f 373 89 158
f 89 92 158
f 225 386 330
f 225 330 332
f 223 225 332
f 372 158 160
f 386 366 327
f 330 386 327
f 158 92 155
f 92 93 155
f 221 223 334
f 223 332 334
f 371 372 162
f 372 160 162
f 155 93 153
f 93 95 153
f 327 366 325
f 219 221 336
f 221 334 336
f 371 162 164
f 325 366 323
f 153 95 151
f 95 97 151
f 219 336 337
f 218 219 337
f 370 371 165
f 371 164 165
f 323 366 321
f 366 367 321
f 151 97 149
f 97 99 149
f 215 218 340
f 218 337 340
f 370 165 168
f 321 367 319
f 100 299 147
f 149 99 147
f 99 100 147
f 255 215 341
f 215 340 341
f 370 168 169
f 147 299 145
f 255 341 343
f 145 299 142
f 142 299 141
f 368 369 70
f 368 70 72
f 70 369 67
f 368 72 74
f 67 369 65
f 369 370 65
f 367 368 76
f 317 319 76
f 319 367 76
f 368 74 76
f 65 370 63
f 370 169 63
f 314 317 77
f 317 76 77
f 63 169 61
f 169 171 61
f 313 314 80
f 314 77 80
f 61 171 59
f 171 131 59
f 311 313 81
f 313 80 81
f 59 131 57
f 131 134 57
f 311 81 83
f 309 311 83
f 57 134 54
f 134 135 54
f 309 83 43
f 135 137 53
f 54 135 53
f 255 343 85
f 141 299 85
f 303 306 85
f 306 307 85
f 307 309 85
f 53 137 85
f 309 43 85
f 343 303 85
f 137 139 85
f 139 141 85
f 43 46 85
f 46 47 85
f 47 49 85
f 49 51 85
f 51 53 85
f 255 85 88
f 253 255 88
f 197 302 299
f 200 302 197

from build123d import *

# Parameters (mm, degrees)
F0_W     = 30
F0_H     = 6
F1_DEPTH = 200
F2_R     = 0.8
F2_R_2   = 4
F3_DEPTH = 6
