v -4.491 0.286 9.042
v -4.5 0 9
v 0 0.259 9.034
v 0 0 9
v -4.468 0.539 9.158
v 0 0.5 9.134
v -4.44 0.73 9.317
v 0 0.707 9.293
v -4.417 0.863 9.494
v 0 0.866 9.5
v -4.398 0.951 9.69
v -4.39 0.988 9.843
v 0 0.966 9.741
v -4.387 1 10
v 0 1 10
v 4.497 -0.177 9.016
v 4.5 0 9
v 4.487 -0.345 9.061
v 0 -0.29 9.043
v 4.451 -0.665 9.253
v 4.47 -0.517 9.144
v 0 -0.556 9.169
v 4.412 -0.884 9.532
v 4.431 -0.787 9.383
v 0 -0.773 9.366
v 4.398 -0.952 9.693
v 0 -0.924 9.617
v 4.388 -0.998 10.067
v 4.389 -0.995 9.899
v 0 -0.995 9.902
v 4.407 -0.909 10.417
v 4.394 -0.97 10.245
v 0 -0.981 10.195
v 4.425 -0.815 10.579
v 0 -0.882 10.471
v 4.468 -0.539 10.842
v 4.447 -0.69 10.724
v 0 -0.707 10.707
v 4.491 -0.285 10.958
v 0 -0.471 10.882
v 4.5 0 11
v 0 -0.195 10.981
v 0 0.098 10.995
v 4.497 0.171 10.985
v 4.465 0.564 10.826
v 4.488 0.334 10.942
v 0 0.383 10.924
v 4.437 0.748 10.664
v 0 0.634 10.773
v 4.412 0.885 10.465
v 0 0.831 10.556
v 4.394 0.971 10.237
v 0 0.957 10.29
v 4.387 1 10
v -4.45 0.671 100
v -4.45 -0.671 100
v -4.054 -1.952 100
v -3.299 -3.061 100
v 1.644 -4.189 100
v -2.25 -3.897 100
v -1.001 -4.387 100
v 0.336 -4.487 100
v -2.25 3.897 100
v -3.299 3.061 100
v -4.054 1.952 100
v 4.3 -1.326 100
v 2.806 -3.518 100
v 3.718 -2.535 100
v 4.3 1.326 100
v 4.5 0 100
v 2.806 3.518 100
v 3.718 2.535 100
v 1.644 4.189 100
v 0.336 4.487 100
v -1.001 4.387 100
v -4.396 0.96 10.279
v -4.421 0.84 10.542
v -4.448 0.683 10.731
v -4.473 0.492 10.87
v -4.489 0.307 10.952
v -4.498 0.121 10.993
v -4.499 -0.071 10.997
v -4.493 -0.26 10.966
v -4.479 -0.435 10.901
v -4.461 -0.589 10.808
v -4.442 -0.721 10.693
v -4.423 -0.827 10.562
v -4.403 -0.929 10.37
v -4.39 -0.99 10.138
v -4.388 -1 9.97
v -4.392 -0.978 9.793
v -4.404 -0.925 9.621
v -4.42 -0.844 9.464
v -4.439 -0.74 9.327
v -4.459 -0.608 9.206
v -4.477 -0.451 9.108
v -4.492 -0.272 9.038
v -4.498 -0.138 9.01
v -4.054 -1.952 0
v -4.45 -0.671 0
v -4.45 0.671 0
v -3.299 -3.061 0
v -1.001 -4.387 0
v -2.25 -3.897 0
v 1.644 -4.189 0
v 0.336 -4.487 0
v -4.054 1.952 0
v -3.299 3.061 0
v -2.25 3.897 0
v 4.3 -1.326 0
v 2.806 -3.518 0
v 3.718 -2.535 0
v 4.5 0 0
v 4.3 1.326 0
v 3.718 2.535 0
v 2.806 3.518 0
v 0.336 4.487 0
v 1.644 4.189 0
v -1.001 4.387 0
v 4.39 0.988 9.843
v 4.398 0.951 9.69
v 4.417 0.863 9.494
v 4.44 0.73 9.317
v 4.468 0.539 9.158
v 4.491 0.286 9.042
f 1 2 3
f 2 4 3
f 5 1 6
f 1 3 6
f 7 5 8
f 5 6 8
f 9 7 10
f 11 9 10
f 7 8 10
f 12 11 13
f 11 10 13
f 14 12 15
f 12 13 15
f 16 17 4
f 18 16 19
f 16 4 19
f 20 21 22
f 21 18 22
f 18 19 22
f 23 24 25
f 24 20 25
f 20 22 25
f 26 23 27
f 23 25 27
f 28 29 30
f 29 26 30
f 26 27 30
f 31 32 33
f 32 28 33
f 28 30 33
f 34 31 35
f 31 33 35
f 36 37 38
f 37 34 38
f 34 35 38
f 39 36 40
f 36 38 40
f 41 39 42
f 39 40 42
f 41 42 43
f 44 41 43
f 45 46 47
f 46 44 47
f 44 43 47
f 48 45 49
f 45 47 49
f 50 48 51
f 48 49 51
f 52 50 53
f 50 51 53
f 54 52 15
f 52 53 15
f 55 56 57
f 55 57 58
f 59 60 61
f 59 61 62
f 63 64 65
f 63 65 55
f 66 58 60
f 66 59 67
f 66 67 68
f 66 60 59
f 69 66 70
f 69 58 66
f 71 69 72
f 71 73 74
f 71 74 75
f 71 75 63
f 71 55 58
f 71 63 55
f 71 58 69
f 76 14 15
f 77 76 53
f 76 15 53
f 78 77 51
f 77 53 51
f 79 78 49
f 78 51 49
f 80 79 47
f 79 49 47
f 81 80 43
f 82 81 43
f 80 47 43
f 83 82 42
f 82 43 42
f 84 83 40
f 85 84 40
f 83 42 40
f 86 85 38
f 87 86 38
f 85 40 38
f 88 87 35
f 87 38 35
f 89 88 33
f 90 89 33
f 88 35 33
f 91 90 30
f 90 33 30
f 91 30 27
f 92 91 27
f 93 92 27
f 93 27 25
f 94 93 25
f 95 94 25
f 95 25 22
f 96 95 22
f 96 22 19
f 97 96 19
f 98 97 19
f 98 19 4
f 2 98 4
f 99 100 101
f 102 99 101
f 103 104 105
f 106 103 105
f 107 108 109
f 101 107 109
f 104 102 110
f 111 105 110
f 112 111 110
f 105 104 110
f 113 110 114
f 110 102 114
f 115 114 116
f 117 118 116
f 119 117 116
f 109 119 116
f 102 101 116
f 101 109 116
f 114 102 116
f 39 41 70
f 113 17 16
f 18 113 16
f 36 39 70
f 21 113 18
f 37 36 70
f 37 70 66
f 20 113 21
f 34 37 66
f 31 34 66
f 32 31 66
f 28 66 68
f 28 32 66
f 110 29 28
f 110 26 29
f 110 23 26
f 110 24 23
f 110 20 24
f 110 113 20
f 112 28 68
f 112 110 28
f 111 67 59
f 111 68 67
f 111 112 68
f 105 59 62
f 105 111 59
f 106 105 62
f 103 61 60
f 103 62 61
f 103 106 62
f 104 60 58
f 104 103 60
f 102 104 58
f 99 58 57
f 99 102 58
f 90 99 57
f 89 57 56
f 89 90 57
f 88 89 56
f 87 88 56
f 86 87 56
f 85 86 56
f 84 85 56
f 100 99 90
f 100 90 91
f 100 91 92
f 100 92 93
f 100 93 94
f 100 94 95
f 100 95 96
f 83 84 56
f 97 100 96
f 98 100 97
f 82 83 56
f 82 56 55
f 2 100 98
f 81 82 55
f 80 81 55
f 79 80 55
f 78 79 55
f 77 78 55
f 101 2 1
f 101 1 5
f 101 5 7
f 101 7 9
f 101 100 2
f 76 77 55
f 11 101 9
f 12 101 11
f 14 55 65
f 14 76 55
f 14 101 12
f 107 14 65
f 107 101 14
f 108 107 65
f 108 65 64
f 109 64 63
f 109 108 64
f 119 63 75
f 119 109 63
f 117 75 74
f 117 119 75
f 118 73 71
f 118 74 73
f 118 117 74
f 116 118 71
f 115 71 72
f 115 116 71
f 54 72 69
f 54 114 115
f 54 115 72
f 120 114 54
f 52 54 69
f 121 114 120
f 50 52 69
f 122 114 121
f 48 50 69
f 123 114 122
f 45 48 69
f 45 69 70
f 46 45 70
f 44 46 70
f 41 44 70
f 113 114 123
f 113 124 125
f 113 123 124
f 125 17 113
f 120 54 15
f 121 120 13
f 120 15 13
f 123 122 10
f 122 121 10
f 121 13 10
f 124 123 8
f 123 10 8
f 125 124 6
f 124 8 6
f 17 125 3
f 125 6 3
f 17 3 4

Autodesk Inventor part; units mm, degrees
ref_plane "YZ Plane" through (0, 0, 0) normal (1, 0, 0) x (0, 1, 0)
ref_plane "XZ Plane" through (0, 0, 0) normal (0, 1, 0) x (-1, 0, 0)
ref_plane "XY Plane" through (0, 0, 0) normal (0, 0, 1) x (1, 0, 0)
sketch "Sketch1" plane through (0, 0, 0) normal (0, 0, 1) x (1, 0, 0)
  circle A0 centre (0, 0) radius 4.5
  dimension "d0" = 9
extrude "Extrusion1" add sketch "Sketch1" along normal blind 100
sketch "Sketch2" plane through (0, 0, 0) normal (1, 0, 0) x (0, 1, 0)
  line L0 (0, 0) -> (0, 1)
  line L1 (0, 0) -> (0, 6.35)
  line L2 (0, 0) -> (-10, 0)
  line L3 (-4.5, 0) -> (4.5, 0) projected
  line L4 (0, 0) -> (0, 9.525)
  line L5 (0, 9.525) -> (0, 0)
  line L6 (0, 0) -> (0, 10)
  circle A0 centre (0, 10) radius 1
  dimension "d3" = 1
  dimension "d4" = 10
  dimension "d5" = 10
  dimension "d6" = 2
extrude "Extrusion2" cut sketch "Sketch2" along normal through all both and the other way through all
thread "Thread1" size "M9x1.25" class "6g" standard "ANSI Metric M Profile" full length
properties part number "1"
+===+
▶ **The task**
Everything from the first line of the data through the line containing "f 370 371 165" should be echoed exactly. Add nothing.

▶ **Answer**
f 373 89 158
f 89 92 158
f 225 386 330
f 225 330 332
f 223 225 332
f 372 158 160
f 386 366 327
f 330 386 327
f 158 92 155
f 92 93 155
f 221 223 334
f 223 332 334
f 371 372 162
f 372 160 162
f 155 93 153
f 93 95 153
f 327 366 325
f 219 221 336
f 221 334 336
f 371 162 164
f 325 366 323
f 153 95 151
f 95 97 151
f 219 336 337
f 218 219 337
f 370 371 165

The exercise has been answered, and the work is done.